# @Jeff:  Will you add the forum extention to embed Youtube vids?



## mythmaster (Apr 16, 2010)

I think that being able to embed Youtube videos in our posts would be very convenient.  I've seen many helpful links to Youtube since I've been here, and it would be great to watch them right in the thread.

I know that such a forum mod exists, because I've seen it at avsforum, and I'm pretty sure that they use the same forum software.  Here's an example.

I don't know if it would cost you, but I'm willing to pitch in if it does.

I think that many other members would like to see this, too, so I hope that you'll consider it.

Thanks again for an awesome site!
-Bret


----------



## mythmaster (Apr 16, 2010)

If anyone else would like to see this feature added, then please post something here to show your support.

Thank you!
-Bret


----------



## Bearcarver (Apr 16, 2010)

Don't we drool on our keyboards enough??
	

	
	
		
		



		
			






Getting tire of the wife complaining about the slippery keys!

Bearcarver

Just kidding


----------



## mythmaster (Apr 16, 2010)

+1 from *Bearcarver*, lol!


----------



## mythmaster (Apr 16, 2010)

Really?  Am I the only person here that thinks this is a good idea?

Wow.


----------



## meateater (Apr 16, 2010)

Myself I don't mind seeing Mega YouTube foot the bill.


----------



## ddave (Apr 16, 2010)

I don't think it costs anything but I think some admins consider enabling the HTML embedding like that a security issue.  That may be a question for Brian to address.

I belong to another forum that has that feature but it is limited to one sectioin of the forum.

Dave


----------



## eaglewing (Apr 16, 2010)

Browse: Home / vBulletin  / vBulletin Security Tips – Part II

*vBulletin  Security Tips – Part II*

By Shadab  on June 29, 2009
  This is Part 2 of the "vBulletin Security Tips" article. If you  haven't read the first part of this article, read it here: vBulletin  Security Tips - Part I

*HTML in Posts*

 13. Never ever allow users to post raw HTML anywhere on your Forum.  Since vBulletin lacks the functionality to enable or disable raw HTML  input on a per-usergroup basis, it's better to keep this feature  disabled.
While adding or editing forums and  sub-forums via the "Forum Manager", just make sure that the *Allow  HTML* setting under the *Enable / Disable Features*  section is set to *No*.
Similarly, while adding or editing usergroups via the "Usergroup  manager", make sure that the *Allow HTML* setting under  the *Signature Permissions* section is set to *No*,  too.
_(Not to be confused with the 'Allow HTML BB Code' setting; which  can be safely enabled.)_


----------



## mythmaster (Apr 16, 2010)

Yeah, I can see how it might be considered to be a security risk if it were abused (like I'm doing over here, but they know about it, lol).  But wouldn't that be easier to spot for the moderators?  I mean, think about it.  They actually have to read my post to see if I'm calling somebody a homo, but a Youtube video would be quite blatant.

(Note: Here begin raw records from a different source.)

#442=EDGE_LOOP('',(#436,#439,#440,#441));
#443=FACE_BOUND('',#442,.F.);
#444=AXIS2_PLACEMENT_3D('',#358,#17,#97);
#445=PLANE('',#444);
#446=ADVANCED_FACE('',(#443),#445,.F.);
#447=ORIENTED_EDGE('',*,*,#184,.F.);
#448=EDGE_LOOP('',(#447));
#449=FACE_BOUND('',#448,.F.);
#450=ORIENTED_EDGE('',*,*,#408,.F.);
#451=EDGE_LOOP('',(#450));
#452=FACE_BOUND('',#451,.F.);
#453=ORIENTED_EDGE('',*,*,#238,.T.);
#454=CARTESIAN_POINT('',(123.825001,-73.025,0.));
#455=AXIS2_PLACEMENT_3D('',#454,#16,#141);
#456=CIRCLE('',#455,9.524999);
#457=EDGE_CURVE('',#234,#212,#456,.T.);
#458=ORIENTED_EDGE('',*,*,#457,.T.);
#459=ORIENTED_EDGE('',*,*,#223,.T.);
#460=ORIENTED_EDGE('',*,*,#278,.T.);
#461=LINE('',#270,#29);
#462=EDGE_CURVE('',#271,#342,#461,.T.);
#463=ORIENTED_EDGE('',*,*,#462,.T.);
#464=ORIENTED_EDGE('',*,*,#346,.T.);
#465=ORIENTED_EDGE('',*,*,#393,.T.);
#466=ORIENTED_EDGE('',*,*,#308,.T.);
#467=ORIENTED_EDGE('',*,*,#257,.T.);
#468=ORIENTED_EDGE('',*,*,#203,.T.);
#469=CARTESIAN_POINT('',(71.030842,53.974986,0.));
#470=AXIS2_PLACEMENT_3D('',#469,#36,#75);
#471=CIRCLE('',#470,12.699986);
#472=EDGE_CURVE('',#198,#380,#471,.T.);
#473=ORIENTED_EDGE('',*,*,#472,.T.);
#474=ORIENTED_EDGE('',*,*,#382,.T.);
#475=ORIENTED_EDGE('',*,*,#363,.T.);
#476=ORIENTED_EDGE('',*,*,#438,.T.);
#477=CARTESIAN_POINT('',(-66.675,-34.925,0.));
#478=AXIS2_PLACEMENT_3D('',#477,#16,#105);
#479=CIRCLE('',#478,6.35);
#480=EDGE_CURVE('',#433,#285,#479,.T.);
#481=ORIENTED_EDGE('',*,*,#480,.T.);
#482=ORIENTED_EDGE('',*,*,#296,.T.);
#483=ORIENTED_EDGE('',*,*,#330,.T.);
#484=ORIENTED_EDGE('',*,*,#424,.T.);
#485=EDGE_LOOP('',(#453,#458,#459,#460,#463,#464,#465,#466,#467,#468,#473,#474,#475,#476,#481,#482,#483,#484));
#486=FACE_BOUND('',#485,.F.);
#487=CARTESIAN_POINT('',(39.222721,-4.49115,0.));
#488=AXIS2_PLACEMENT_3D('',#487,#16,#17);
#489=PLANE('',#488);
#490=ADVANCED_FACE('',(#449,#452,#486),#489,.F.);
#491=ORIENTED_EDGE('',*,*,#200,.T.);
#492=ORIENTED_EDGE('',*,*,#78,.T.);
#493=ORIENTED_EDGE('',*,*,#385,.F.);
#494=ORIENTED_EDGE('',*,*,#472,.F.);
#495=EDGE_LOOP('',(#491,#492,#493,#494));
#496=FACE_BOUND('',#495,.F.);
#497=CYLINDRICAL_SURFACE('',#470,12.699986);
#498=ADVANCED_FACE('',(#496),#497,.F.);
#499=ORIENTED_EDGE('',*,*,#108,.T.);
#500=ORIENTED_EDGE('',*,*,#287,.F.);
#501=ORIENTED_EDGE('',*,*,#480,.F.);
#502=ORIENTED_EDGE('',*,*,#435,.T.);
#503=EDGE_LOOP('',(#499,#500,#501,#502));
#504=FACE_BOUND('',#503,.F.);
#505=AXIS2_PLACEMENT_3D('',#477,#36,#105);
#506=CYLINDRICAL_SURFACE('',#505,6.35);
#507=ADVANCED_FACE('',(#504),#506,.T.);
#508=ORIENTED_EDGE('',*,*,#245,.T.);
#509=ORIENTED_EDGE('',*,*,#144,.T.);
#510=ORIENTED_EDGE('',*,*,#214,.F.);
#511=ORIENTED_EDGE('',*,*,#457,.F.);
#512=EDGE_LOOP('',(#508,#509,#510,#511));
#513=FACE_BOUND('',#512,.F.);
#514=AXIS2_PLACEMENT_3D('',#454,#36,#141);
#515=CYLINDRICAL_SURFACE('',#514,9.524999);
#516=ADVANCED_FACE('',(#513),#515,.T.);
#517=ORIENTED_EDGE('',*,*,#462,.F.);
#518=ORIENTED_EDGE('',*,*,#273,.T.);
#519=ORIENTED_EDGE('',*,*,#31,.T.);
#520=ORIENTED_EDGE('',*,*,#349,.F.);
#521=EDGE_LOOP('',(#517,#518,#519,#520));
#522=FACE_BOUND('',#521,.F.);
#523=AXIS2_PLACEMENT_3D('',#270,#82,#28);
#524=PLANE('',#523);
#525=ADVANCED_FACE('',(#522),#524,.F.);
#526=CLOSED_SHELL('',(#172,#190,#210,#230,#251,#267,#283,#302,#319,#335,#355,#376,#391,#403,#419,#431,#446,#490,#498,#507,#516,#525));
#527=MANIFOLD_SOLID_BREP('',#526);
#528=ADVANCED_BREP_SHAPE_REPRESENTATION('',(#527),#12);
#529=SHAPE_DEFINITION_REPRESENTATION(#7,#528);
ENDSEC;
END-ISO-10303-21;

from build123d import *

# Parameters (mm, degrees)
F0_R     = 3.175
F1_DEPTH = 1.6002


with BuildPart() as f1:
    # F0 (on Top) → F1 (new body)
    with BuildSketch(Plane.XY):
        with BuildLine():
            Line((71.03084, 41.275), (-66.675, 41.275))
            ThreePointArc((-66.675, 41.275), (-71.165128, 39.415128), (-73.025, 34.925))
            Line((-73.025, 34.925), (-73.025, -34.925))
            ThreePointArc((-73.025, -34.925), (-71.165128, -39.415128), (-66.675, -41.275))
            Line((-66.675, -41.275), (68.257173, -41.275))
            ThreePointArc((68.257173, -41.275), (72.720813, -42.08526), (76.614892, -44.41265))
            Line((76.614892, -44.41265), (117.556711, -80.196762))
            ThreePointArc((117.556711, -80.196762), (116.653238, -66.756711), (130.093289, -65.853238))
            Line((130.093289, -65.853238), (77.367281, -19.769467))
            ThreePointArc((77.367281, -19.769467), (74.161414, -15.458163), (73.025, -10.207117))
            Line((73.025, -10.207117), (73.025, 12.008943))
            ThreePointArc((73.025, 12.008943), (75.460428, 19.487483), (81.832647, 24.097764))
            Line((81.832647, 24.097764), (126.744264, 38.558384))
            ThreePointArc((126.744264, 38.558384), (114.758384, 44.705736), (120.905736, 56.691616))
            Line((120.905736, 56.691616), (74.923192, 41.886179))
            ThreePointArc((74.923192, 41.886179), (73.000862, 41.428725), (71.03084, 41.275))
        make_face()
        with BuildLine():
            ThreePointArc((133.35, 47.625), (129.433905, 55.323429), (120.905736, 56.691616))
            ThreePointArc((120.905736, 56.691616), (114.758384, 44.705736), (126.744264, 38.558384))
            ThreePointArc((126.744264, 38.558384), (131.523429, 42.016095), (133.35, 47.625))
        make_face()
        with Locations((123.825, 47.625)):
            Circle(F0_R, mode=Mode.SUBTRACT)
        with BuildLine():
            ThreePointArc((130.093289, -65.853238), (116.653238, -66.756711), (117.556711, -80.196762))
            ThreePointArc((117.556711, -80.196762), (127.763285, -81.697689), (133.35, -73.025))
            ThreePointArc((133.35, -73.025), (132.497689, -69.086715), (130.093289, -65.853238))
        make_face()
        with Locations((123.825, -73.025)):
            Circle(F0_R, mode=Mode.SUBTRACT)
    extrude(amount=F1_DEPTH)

I still think that it's a good idea.

P.S., Something accidentally changed my font, but I like it.


----------



## eaglewing (Apr 16, 2010)

Also you can take a peek here for this same request and the ongoing replies...

http://www.theadminzone.com/forums/s...ad.php?t=24296

*I just think it is simply not a good idea, however you CAN get a MEDIA BBCODE that will allow it but that has to be gotten from Vbulletin and installed as a MOD...

It is a RISK BECAUSE, **People can mess up the board layout, hijack the visitors using javascript, make the site appear different..Etc *


----------



## TulsaJeff (Apr 16, 2010)

I think it would be great but vbulletin does have some security issues. I just have to trust Brian on these things.

Brian?? Any thought?


----------



## mythmaster (Apr 16, 2010)

Note that the youtube and youtubehd tags are *NOT* html.  You simply put the video ID inside of the youtube or youtubehd tags and then the video is embedded in the post.

For example, this would be the BBCode for this video:


----------



## bmudd14474 (Apr 16, 2010)

This is something that is coming. It may take 30-60 days but it is something that will happen.


----------



## mythmaster (Apr 17, 2010)

That's awesome, thank you!


----------



## wingman (Apr 17, 2010)

I contacted the moderators requesting this feature a month ago. I was informed they are working on it. I belong to many forums using it and it's great for the forum because it keeps the users in the forum instead of them clicking a link that takes them away from the forum. When they are taken away they may find interest there and not return for a while. embeded video will keep em here in the thin blue smoke. 

Bottom line, embeded BBQ videos will only add to great content within these walls.


----------



## bcfishman (Apr 17, 2010)

Kudos to Jeff and Brian for their attention to this thread.

Seeing progression on a site is an awesome thing.

It's good to see the dues going to great use and user input being addressed.

Thanks again.


----------